6. Aggarwal HK, Mani MP, Jacob M. MoDL: Model-based deep learning architecture for inverse problems. IEEE Trans Med Imaging. 2018;38(2):394-405.

7. Shaw JL, Yang Q, Zhou Z, et al. Free-breathing, non-ECG, continuous myocardial T1 mapping with cardiovascular magnetic resonance multitasking. Magn Reson Med. 2019;81(4):2450-2463.

8. Breuer FA, Blaimer M, Heidemann RM, Mueller MF, Griswold MA, Jakob PM. Controlled aliasing in parallel imaging results in higher acceleration (CAIPIRINHA) for multi‐slice imaging. Magn Reson Med. 2005;53(3):684-691.

Figures

Figure 1. Network architecture of the proposed method.

Figure 2. NRMSE over spatial factor U among the testing set for both SMS data and single-slice data. Values in brackets are standard deviations. Best results are bolded.

Figure 3. Quantitative image metrics over reconstructed dynamic images among the testing set for both SMS data and single-slice data. Each bar is averaged over all the 2D frames, and error bar represents the corresponding standard deviation. Each image slice contains 20 cardiac frames, so there are 240 frames for SMS data and 300 frames for single-slice data.
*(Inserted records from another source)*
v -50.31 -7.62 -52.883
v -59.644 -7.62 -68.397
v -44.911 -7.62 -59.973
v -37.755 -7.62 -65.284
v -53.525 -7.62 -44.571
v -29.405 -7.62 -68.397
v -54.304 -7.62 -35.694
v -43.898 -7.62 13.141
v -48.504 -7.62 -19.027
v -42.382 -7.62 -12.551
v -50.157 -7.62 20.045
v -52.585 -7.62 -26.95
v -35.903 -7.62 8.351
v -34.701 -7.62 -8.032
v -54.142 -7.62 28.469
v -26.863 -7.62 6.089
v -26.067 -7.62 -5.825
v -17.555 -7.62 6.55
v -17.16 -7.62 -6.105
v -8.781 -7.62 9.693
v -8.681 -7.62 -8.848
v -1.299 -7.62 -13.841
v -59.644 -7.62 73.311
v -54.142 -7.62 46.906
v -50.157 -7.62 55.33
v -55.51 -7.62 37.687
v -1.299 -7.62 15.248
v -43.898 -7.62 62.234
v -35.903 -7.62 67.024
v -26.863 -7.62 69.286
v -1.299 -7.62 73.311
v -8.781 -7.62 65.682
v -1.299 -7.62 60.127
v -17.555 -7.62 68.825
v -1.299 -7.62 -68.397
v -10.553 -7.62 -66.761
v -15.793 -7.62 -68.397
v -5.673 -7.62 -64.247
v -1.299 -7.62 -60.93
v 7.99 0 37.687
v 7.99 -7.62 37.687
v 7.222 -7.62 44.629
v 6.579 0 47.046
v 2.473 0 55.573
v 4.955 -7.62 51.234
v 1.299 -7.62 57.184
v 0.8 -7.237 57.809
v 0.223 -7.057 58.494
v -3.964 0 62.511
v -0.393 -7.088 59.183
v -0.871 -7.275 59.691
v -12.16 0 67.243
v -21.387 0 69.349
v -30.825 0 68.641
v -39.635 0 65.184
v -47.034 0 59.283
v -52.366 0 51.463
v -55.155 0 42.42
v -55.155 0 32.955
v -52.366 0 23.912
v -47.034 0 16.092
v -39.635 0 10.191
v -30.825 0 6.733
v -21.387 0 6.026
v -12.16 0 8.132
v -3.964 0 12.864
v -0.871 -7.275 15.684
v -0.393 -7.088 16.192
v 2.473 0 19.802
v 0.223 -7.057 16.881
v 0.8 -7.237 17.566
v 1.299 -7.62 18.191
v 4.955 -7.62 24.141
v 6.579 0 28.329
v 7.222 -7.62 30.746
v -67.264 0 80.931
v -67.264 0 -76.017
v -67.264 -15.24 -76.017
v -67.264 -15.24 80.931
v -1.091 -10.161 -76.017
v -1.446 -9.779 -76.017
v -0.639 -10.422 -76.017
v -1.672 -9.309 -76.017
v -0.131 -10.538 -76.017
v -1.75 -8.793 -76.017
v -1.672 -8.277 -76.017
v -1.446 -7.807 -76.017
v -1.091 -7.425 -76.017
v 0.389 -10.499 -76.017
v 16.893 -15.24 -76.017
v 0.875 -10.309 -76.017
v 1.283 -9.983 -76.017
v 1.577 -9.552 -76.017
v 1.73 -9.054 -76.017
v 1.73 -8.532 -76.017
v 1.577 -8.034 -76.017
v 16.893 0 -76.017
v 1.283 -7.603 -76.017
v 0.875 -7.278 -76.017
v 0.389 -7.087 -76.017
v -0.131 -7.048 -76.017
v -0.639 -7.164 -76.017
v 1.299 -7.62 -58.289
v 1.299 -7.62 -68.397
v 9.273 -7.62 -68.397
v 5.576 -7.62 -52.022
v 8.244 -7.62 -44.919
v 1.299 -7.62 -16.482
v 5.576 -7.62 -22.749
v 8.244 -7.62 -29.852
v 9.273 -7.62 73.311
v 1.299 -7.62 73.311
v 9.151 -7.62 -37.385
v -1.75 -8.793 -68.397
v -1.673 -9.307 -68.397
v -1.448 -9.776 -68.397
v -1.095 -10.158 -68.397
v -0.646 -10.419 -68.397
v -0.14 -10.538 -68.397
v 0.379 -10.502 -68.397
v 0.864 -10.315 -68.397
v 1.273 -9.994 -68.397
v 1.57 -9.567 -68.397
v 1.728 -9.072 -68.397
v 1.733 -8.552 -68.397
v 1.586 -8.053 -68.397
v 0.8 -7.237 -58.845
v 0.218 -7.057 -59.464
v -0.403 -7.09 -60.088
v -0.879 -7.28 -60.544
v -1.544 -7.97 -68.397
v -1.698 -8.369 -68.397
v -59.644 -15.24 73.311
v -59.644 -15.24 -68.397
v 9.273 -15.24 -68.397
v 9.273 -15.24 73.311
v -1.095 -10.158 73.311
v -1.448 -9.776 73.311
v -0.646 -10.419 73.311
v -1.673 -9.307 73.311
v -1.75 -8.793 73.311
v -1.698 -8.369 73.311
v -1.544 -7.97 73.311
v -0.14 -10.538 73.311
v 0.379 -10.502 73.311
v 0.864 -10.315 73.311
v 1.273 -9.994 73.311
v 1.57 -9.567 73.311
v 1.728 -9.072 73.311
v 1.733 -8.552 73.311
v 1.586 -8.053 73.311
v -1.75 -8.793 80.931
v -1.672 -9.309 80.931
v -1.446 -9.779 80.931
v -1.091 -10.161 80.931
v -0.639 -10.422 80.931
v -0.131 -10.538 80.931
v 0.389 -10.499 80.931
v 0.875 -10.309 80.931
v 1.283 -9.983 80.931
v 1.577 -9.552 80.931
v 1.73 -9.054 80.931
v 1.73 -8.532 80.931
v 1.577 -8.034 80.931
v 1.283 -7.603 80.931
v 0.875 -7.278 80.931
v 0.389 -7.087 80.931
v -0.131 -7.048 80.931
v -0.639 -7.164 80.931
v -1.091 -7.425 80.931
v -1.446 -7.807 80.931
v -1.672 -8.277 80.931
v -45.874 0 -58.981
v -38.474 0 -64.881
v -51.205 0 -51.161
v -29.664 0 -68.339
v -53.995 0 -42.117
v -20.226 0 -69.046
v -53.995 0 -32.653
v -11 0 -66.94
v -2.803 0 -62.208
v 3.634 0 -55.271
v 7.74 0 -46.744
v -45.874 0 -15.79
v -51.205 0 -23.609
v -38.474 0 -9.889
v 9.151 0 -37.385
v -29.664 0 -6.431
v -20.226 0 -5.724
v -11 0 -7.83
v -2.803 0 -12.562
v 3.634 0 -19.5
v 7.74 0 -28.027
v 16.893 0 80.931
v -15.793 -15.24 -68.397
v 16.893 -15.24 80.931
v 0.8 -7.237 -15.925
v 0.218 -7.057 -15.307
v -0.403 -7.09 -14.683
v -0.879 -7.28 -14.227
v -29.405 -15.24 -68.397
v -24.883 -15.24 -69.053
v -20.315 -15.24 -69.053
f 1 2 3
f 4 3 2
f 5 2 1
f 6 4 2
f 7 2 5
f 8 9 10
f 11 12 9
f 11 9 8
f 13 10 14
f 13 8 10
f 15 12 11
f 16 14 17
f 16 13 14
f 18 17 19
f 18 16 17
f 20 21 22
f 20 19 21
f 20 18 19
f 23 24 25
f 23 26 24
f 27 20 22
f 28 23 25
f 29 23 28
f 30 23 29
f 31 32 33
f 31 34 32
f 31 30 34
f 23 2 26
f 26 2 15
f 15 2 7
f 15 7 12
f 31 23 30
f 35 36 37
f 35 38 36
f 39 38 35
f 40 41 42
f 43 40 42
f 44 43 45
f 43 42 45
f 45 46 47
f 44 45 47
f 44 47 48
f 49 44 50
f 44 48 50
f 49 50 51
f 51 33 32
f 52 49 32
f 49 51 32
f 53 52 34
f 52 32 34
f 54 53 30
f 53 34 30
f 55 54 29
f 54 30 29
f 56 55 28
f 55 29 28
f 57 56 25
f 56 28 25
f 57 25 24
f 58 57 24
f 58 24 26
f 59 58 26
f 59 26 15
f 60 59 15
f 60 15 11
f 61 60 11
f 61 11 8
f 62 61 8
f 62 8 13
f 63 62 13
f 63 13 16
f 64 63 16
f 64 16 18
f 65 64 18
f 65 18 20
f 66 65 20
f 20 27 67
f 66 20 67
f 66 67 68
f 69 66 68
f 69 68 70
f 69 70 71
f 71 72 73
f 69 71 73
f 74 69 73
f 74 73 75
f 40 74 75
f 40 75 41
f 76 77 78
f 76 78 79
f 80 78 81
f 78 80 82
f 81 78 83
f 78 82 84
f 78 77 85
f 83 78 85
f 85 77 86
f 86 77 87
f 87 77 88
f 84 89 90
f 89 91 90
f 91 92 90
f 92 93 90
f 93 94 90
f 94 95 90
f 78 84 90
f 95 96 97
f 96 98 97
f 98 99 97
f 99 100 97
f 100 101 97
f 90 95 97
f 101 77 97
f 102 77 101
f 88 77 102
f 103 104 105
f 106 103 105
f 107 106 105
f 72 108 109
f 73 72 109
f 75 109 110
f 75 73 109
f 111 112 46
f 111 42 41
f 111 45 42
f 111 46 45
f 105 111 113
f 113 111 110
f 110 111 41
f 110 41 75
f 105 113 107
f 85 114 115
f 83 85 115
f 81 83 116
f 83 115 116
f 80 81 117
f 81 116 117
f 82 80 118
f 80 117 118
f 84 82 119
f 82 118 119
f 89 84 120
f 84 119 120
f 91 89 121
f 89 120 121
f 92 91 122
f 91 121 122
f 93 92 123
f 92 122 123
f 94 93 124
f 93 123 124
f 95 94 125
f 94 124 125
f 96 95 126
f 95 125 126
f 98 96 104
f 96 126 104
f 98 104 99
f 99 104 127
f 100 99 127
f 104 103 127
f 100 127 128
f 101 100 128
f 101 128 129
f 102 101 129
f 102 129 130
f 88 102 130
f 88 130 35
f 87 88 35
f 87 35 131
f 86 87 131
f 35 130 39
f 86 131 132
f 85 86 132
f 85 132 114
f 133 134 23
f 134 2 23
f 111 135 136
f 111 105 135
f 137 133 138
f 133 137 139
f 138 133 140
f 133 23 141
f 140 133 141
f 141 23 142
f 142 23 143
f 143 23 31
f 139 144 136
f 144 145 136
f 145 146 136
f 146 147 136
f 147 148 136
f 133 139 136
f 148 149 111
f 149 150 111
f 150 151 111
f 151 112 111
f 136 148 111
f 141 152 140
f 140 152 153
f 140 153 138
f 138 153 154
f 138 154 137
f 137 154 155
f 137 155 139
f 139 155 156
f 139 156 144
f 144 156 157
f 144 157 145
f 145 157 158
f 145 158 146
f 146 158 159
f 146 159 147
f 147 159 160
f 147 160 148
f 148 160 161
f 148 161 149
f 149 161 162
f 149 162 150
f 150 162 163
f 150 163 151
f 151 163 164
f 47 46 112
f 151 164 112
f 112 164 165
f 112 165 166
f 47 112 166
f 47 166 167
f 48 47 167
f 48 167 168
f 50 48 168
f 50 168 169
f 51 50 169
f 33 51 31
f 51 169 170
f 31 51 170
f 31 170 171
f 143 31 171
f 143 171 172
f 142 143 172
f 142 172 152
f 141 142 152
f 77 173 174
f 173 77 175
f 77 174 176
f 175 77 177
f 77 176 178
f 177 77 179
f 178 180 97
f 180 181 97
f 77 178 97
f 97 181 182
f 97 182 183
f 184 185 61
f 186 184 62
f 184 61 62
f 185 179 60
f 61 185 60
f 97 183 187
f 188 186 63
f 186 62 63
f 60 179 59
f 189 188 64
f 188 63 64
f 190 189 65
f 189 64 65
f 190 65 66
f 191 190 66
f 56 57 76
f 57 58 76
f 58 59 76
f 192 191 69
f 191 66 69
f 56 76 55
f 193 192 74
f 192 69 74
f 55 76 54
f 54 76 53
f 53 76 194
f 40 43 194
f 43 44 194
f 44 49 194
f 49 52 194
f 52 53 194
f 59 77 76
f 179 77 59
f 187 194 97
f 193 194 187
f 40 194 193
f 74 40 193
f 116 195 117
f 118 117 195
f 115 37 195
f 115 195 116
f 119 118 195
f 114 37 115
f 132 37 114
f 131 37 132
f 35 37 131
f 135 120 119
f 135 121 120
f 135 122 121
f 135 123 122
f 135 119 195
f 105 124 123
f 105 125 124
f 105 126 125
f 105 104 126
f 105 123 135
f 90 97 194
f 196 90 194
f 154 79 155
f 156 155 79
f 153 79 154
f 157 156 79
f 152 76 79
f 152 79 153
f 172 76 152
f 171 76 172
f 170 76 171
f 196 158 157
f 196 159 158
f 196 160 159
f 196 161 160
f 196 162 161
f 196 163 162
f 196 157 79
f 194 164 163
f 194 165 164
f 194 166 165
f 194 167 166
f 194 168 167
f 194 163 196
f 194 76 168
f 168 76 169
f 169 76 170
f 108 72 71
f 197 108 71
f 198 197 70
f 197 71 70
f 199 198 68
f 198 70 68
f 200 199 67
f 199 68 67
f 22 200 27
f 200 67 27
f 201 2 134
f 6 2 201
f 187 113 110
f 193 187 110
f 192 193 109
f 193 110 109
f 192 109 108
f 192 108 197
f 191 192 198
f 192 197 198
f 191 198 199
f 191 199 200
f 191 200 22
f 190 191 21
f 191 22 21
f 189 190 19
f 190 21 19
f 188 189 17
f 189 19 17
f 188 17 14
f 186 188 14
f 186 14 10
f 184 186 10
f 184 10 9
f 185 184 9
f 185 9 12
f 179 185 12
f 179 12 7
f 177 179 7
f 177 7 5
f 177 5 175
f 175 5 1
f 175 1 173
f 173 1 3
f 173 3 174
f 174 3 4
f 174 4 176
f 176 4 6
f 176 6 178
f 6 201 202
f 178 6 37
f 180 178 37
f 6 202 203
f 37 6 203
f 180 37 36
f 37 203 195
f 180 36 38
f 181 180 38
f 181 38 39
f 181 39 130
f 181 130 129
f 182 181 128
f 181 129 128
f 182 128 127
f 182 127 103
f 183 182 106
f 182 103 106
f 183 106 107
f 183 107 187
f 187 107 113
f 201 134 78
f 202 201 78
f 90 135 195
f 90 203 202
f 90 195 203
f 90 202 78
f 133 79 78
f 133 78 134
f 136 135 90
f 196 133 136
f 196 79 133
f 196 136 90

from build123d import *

# Parameters (mm, degrees)
F0_W     = 84.156403
F0_H     = 156.948597
F1_DEPTH = 15.24
F2_T     = -7.62
F4_D     = 63.5
F6_D     = 63.5
F8_D     = 3.5


with BuildPart() as f1:
    # F0 (on Front) → F1 (new body)
    with BuildSketch(Plane.XZ):
        with Locations((-25.185494, 2.457119)):
            Rectangle(F0_W, F0_H)
    extrude(amount=F1_DEPTH)

    # F2
    f2_openings = [f1.faces().sort_by_distance(p)[0] for p in [
        (-25.185495, -15.24, 2.45712),
    ]]
    offset(amount=F2_T, openings=f2_openings)

    # F4 (through all)
    with Locations(Plane(origin=(0, 0, 0), x_dir=(-1, 0, 0), z_dir=(0, 1, 0))):
        with Locations((23.760062, 37.687458)):
            Hole(F4_D / 2)

    # F6 (through all)
    with Locations(Plane(origin=(0, 0, 0), x_dir=(-1, 0, 0), z_dir=(0, 1, 0))):
        with Locations((22.599144, -37.385169)):
            Hole(F6_D / 2)

    # F8 (through all)
    with Locations(Plane(origin=(0, 0, -76.017179), x_dir=(1, 0, 0), z_dir=(0, 0, -1))):
        with Locations((0, 8.793092)):
            Hole(F8_D / 2)


solid = f1.part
Figure 4. An example slice of testing SMS image reconstructed from U0, Ucnn, Udc and iteratively reconstructed reference. (a) T1-weighted images in dark blood contrast with its corresponding error maps. (b) T1 maps with its corresponding error maps.

Figure 5. Bland-Altman plots for SMS and single-slice T1 testing results. Average T1 values in the left-ventricular myocardium are shown.